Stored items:

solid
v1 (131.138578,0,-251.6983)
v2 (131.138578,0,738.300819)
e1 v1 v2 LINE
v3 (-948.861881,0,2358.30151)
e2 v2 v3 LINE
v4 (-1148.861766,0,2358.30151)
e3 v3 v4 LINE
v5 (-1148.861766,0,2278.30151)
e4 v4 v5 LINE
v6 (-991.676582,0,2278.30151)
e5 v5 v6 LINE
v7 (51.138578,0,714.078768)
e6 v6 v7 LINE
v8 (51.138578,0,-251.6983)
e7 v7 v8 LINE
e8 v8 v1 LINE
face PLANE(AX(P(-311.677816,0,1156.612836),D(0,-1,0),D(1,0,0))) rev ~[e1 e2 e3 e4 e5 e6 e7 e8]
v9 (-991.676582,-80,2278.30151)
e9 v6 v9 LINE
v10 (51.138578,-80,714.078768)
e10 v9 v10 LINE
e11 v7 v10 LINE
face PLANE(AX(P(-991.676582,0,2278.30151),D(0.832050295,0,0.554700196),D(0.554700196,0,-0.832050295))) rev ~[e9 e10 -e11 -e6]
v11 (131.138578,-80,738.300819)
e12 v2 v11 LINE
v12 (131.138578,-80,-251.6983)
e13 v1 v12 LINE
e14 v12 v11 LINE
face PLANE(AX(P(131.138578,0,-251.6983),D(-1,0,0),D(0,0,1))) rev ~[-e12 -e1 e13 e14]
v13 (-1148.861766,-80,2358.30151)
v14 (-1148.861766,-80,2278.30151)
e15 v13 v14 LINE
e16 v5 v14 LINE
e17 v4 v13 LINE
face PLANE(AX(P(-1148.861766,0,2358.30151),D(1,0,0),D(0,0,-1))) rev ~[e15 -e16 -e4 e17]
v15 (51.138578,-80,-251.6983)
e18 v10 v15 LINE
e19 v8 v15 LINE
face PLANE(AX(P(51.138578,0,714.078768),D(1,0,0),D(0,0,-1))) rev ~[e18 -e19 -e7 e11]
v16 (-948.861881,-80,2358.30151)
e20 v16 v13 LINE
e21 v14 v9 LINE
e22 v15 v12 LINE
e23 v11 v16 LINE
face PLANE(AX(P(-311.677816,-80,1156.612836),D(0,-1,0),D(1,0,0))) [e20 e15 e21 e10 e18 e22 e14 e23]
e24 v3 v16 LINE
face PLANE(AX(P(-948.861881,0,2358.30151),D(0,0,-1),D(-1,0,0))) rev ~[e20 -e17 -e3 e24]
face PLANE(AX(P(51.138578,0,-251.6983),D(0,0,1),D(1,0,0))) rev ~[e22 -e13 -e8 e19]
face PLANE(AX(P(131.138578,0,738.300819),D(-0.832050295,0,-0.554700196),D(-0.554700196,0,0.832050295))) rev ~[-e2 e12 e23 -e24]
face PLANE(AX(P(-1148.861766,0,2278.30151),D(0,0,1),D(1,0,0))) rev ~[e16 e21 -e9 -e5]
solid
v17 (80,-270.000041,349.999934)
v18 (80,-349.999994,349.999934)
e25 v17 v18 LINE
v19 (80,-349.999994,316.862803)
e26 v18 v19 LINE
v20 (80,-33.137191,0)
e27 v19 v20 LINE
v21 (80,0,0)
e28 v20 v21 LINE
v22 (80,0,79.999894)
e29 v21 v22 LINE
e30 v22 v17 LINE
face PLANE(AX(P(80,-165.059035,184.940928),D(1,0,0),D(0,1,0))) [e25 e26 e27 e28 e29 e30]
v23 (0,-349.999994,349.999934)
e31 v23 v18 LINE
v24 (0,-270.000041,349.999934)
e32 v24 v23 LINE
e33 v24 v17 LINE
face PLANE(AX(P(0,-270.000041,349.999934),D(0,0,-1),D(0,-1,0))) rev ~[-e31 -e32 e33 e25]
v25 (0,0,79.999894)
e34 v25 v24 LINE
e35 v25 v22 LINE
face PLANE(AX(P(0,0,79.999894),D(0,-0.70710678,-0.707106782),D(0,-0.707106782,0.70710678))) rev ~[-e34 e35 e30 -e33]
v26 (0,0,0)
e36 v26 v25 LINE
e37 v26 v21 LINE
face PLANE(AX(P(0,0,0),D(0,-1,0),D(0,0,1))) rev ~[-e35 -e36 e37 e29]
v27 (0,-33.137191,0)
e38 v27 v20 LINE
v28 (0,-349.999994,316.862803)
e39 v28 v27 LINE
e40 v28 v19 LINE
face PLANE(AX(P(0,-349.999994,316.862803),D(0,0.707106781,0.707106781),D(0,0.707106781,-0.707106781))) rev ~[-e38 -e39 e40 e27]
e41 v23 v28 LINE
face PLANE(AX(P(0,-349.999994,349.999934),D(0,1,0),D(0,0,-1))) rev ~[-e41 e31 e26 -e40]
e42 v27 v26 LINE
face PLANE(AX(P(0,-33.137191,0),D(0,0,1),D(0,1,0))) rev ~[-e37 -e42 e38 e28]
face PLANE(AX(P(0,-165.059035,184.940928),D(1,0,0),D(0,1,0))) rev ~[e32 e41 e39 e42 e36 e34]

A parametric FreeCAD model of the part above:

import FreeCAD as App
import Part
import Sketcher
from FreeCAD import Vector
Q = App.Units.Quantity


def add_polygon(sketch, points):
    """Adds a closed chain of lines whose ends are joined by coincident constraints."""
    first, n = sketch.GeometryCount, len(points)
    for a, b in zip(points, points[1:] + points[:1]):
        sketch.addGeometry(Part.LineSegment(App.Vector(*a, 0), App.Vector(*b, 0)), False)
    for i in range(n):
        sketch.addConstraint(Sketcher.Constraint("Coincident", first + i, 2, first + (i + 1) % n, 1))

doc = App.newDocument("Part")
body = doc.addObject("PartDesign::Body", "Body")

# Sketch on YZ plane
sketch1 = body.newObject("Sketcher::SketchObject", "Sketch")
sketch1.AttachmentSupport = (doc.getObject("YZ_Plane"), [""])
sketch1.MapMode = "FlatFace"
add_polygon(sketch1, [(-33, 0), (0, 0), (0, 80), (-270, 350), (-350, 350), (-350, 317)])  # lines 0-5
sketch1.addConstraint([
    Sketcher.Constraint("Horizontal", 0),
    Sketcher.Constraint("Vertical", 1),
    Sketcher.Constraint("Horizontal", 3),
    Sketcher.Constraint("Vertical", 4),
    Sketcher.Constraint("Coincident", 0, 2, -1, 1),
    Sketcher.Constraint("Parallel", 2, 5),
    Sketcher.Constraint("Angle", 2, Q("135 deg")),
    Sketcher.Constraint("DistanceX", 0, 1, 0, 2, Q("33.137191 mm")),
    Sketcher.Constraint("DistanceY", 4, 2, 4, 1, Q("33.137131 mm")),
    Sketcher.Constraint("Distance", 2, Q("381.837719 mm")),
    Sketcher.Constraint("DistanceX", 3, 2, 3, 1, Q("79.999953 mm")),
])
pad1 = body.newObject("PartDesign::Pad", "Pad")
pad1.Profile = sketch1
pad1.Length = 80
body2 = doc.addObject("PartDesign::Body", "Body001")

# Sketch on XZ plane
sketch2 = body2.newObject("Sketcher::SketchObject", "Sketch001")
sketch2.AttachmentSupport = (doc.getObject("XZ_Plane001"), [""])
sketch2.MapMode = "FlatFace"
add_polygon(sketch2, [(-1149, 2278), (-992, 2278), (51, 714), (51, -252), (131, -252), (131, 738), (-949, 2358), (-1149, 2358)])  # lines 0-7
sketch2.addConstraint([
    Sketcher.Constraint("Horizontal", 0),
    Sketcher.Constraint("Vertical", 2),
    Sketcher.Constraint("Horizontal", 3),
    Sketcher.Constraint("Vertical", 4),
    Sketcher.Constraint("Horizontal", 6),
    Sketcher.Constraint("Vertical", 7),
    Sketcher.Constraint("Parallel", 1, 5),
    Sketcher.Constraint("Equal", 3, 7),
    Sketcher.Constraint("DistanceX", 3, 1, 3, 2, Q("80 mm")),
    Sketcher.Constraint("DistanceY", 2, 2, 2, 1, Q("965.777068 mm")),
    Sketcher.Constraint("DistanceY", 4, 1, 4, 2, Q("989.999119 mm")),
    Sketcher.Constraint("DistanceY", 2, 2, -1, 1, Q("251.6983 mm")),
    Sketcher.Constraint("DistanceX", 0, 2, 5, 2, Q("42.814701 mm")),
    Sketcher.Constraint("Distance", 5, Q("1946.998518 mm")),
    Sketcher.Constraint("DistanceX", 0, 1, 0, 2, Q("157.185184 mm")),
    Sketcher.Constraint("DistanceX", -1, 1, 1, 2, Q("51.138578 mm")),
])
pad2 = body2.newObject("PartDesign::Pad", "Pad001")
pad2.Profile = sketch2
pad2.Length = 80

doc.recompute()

> [WHAT YOU ARE ASKED TO DO]: Look above for the line with "e12 e23 -e24]" and the line with "v17 (80,-270.000041,349.999934)", and reproduce exactly those two lines plus every line between, nothing more.

> [TASK SOLUTION]:
face PLANE(AX(P(131.138578,0,738.300819),D(-0.832050295,0,-0.554700196),D(-0.554700196,0,0.832050295))) rev ~[-e2 e12 e23 -e24]
face PLANE(AX(P(-1148.861766,0,2278.30151),D(0,0,1),D(1,0,0))) rev ~[e16 e21 -e9 -e5]
solid
v17 (80,-270.000041,349.999934)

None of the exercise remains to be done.